##### DATA TO EXAMINE #####
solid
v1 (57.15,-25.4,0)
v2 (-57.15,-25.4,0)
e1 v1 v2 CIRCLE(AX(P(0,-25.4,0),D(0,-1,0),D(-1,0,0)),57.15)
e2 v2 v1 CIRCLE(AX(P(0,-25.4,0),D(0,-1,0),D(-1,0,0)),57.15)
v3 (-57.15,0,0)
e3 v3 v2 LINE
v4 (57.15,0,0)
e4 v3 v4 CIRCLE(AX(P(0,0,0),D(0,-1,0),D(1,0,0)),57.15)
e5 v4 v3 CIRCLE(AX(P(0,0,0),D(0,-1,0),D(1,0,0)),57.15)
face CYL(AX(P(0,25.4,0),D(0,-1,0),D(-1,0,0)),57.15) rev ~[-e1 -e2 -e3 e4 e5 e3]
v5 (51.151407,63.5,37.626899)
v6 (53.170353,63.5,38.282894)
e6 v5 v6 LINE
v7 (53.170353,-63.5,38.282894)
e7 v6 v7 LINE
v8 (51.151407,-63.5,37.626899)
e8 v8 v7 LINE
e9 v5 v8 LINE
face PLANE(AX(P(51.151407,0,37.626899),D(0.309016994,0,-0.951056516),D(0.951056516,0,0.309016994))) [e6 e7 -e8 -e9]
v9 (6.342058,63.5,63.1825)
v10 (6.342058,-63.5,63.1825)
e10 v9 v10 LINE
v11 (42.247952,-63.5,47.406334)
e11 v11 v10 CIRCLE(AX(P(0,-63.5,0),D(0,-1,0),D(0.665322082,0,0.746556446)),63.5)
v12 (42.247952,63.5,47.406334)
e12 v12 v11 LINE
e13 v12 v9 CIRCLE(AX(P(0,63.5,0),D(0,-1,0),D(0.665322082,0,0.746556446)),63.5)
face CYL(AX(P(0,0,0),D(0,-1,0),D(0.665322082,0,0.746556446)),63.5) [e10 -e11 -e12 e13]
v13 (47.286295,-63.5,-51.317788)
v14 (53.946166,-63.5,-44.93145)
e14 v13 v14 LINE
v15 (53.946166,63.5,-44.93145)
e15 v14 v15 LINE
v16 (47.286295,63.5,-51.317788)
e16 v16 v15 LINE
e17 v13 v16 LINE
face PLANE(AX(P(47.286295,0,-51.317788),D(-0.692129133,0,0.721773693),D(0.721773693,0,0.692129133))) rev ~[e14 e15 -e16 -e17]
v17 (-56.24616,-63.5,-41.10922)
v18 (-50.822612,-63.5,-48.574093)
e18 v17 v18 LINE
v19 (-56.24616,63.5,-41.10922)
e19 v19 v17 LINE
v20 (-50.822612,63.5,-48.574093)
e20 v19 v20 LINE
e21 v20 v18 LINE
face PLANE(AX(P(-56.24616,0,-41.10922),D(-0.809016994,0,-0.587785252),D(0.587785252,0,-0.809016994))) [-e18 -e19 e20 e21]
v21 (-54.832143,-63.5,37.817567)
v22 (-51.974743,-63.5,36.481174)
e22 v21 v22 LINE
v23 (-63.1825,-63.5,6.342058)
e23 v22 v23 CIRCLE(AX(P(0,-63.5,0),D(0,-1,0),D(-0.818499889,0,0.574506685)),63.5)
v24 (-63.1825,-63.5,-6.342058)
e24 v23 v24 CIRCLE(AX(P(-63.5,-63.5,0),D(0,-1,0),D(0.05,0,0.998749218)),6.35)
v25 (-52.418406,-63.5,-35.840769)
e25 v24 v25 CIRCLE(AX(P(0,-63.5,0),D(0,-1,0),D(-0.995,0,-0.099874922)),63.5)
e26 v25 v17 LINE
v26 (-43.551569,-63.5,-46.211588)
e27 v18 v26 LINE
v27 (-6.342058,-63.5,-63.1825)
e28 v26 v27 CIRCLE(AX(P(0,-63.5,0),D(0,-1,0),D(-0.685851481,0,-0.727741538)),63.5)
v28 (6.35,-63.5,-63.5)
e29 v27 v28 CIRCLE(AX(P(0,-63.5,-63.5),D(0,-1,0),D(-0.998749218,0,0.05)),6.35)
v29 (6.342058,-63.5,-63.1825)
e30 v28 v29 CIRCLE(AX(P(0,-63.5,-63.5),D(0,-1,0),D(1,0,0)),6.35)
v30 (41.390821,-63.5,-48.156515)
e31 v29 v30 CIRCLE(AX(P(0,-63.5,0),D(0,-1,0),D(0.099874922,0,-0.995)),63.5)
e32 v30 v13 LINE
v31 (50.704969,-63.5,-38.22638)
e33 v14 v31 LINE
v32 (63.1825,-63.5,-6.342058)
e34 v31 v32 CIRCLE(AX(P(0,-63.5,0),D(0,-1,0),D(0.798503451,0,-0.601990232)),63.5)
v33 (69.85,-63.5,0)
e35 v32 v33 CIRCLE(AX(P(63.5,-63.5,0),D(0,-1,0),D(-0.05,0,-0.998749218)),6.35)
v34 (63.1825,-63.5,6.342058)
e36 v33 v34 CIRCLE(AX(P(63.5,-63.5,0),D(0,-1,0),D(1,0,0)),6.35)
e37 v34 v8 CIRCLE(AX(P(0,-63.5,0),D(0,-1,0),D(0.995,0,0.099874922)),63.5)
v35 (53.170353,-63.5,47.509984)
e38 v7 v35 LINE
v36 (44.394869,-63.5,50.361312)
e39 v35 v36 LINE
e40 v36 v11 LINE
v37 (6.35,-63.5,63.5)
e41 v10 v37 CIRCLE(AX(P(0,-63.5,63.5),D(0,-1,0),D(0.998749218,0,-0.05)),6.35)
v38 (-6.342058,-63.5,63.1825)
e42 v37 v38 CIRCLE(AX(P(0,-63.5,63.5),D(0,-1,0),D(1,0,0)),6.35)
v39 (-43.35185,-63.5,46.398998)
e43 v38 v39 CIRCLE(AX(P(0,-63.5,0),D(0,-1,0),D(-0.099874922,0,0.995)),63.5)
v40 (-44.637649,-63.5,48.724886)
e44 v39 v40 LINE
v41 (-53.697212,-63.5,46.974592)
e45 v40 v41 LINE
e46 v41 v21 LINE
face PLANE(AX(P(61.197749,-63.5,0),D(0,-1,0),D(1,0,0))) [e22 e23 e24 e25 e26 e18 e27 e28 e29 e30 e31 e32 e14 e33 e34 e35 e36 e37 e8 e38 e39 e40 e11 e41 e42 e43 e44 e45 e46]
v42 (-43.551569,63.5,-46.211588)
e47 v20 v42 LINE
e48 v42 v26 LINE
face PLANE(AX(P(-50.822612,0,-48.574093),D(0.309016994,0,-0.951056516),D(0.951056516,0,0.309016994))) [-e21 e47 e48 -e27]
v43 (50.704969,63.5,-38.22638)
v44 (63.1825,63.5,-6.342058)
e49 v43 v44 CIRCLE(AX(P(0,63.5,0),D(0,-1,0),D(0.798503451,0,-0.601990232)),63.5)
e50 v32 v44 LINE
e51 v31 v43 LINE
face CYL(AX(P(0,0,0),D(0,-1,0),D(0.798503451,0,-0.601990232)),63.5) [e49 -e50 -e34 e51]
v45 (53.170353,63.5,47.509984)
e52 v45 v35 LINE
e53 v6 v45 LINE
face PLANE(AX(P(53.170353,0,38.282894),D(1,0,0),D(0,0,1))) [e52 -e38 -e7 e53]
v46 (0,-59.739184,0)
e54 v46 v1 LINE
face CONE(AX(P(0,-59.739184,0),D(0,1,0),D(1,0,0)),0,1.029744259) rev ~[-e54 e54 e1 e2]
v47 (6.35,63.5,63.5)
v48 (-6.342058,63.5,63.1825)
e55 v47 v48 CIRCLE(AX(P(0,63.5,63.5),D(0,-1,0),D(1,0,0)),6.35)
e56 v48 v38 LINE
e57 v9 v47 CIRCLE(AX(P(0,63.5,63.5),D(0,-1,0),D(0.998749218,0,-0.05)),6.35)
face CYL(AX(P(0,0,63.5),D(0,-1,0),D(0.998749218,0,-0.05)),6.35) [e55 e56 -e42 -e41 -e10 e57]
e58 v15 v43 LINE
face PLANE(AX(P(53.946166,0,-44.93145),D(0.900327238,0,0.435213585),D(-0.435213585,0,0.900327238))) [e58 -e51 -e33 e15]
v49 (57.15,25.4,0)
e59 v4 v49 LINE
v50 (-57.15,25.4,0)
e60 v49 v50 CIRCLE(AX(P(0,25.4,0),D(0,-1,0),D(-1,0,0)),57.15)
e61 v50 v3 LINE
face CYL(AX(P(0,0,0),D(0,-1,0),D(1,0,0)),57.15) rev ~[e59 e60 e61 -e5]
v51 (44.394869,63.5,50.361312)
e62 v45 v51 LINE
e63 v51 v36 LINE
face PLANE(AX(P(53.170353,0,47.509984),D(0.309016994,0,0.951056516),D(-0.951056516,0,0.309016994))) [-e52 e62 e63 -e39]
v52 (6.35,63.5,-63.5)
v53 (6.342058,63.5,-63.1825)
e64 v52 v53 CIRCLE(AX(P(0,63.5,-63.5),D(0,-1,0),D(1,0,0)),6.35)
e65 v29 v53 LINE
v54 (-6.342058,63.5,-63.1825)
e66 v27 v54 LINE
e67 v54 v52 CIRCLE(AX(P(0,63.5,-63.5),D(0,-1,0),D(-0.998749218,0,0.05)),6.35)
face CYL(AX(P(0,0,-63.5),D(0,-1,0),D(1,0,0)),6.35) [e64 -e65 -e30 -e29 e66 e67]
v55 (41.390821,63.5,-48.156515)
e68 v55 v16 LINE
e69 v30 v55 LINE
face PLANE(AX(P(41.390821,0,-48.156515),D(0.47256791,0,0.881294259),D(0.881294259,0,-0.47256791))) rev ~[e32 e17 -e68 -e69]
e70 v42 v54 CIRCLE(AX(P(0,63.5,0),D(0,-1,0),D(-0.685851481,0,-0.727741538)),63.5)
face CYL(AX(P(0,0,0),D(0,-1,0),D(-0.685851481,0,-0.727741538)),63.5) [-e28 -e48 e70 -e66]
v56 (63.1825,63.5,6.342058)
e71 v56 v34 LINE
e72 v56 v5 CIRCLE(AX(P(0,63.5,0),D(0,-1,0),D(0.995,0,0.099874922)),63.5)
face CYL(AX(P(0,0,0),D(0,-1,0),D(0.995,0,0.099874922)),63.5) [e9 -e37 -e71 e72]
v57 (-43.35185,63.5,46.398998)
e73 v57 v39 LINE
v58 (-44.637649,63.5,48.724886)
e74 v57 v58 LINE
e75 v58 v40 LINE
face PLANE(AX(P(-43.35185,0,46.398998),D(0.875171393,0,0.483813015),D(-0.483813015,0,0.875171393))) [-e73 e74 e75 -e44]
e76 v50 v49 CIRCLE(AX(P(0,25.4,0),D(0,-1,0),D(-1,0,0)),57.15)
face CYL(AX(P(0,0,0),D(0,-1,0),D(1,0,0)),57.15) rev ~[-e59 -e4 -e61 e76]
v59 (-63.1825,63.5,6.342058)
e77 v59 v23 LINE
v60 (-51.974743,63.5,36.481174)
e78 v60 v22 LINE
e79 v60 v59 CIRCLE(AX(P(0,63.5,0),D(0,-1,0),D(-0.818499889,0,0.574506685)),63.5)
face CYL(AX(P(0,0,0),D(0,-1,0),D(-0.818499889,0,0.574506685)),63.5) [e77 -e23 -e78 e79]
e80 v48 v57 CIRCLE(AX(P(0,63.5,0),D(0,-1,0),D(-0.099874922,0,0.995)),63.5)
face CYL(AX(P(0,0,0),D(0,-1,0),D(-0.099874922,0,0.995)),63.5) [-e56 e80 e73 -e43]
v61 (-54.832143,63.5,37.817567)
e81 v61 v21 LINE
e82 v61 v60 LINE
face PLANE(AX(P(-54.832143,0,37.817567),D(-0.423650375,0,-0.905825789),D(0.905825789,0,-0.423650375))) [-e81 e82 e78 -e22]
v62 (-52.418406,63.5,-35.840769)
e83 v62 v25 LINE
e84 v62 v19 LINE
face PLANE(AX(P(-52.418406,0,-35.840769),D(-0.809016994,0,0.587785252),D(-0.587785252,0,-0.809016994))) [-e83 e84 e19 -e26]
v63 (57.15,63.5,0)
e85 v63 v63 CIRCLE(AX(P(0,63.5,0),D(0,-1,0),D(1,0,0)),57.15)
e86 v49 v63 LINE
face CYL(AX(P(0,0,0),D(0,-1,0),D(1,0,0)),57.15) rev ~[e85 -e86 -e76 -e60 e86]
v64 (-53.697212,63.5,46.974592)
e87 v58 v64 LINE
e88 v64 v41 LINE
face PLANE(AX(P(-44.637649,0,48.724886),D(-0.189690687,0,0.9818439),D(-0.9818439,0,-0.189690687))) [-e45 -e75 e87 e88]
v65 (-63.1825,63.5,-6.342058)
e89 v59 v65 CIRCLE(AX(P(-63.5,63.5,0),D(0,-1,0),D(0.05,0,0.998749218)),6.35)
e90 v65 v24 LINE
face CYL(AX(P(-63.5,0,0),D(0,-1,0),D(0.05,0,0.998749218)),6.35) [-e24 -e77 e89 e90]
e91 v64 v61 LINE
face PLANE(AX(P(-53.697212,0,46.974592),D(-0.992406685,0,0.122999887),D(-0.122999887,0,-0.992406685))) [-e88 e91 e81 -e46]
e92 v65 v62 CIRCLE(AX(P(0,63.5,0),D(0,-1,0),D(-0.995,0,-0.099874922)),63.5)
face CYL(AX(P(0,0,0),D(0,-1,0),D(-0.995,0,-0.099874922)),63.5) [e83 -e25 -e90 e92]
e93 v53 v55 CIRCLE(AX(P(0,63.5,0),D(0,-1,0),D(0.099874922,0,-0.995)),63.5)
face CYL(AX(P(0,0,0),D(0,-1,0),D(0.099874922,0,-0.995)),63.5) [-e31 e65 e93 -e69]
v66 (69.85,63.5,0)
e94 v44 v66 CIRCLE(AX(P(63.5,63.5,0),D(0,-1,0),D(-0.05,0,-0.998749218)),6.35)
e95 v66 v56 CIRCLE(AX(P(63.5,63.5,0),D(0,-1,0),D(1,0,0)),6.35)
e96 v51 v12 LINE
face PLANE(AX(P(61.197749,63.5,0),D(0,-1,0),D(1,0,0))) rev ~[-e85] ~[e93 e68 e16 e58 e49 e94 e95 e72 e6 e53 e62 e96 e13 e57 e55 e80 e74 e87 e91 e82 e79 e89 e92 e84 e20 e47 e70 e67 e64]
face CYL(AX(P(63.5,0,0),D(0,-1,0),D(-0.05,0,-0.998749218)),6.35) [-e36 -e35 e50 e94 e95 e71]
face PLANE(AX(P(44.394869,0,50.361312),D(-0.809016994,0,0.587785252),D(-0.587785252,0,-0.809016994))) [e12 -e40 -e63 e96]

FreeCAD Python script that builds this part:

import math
import FreeCAD as App
import Part
import Sketcher
from FreeCAD import Vector
Q = App.Units.Quantity

doc = App.newDocument("Part")
body = doc.addObject("PartDesign::Body", "Body")

# Sketch on XZ plane
sketch1 = body.newObject("Sketcher::SketchObject", "Sketch")
sketch1.AttachmentSupport = (doc.getObject("XZ_Plane"), [""])
sketch1.MapMode = "FlatFace"
sketch1.addGeometry(Part.ArcOfCircle(Part.Circle(Vector(63.5, 0, 0), Vector(0, 0, 1), 6.35), math.radians(-92.865984), math.radians(0)), False)
sketch1.addGeometry(Part.ArcOfCircle(Part.Circle(Vector(63.5, 0, 0), Vector(0, 0, 1), 6.35), math.radians(0), math.radians(92.865984)), False)
sketch1.addGeometry(Part.ArcOfCircle(Part.Circle(Vector(0, 0, 0), Vector(0, 0, 1), 63.5), math.radians(5.731968), math.radians(36.338144)), False)
sketch1.addGeometry(Part.LineSegment(Vector(51.151407, 37.626899, 0), Vector(53.170353, 38.282894, 0)), False)
sketch1.addGeometry(Part.LineSegment(Vector(53.170353, 38.282894, 0), Vector(53.170353, 47.509984, 0)), False)
sketch1.addGeometry(Part.LineSegment(Vector(53.170353, 47.509984, 0), Vector(44.394869, 50.361312, 0)), False)
sketch1.addGeometry(Part.LineSegment(Vector(44.394869, 50.361312, 0), Vector(42.247952, 47.406334, 0)), False)
sketch1.addGeometry(Part.ArcOfCircle(Part.Circle(Vector(0, 0, 0), Vector(0, 0, 1), 63.5), math.radians(48.292961), math.radians(84.268032)), False)
sketch1.addGeometry(Part.ArcOfCircle(Part.Circle(Vector(0, 63.5, 0), Vector(0, 0, 1), 6.35), math.radians(-2.865984), math.radians(0)), False)
sketch1.addGeometry(Part.ArcOfCircle(Part.Circle(Vector(0, 63.5, 0), Vector(0, 0, 1), 6.35), math.radians(0), math.radians(182.865984)), False)
sketch1.addGeometry(Part.ArcOfCircle(Part.Circle(Vector(0, 0, 0), Vector(0, 0, 1), 63.5), math.radians(95.731968), math.radians(133.055487)), False)
sketch1.addGeometry(Part.LineSegment(Vector(-43.35185, 46.398998, 0), Vector(-44.637649, 48.724886, 0)), False)
sketch1.addGeometry(Part.LineSegment(Vector(-44.637649, 48.724886, 0), Vector(-53.697212, 46.974592, 0)), False)
sketch1.addGeometry(Part.LineSegment(Vector(-53.697212, 46.974592, 0), Vector(-54.832143, 37.817567, 0)), False)
sketch1.addGeometry(Part.LineSegment(Vector(-54.832143, 37.817567, 0), Vector(-51.974743, 36.481174, 0)), False)
sketch1.addGeometry(Part.ArcOfCircle(Part.Circle(Vector(0, 0, 0), Vector(0, 0, 1), 63.5), math.radians(144.934908), math.radians(174.268032)), False)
#####
Each line above from the one with "e20 v19 v20 LINE" up to and including the one with "v30 (41.390821,-63.5,-48.156515)" must be set down exactly, and no line outside that span may appear.

e20 v19 v20 LINE
e21 v20 v18 LINE
face PLANE(AX(P(-56.24616,0,-41.10922),D(-0.809016994,0,-0.587785252),D(0.587785252,0,-0.809016994))) [-e18 -e19 e20 e21]
v21 (-54.832143,-63.5,37.817567)
v22 (-51.974743,-63.5,36.481174)
e22 v21 v22 LINE
v23 (-63.1825,-63.5,6.342058)
e23 v22 v23 CIRCLE(AX(P(0,-63.5,0),D(0,-1,0),D(-0.818499889,0,0.574506685)),63.5)
v24 (-63.1825,-63.5,-6.342058)
e24 v23 v24 CIRCLE(AX(P(-63.5,-63.5,0),D(0,-1,0),D(0.05,0,0.998749218)),6.35)
v25 (-52.418406,-63.5,-35.840769)
e25 v24 v25 CIRCLE(AX(P(0,-63.5,0),D(0,-1,0),D(-0.995,0,-0.099874922)),63.5)
e26 v25 v17 LINE
v26 (-43.551569,-63.5,-46.211588)
e27 v18 v26 LINE
v27 (-6.342058,-63.5,-63.1825)
e28 v26 v27 CIRCLE(AX(P(0,-63.5,0),D(0,-1,0),D(-0.685851481,0,-0.727741538)),63.5)
v28 (6.35,-63.5,-63.5)
e29 v27 v28 CIRCLE(AX(P(0,-63.5,-63.5),D(0,-1,0),D(-0.998749218,0,0.05)),6.35)
v29 (6.342058,-63.5,-63.1825)
e30 v28 v29 CIRCLE(AX(P(0,-63.5,-63.5),D(0,-1,0),D(1,0,0)),6.35)
v30 (41.390821,-63.5,-48.156515)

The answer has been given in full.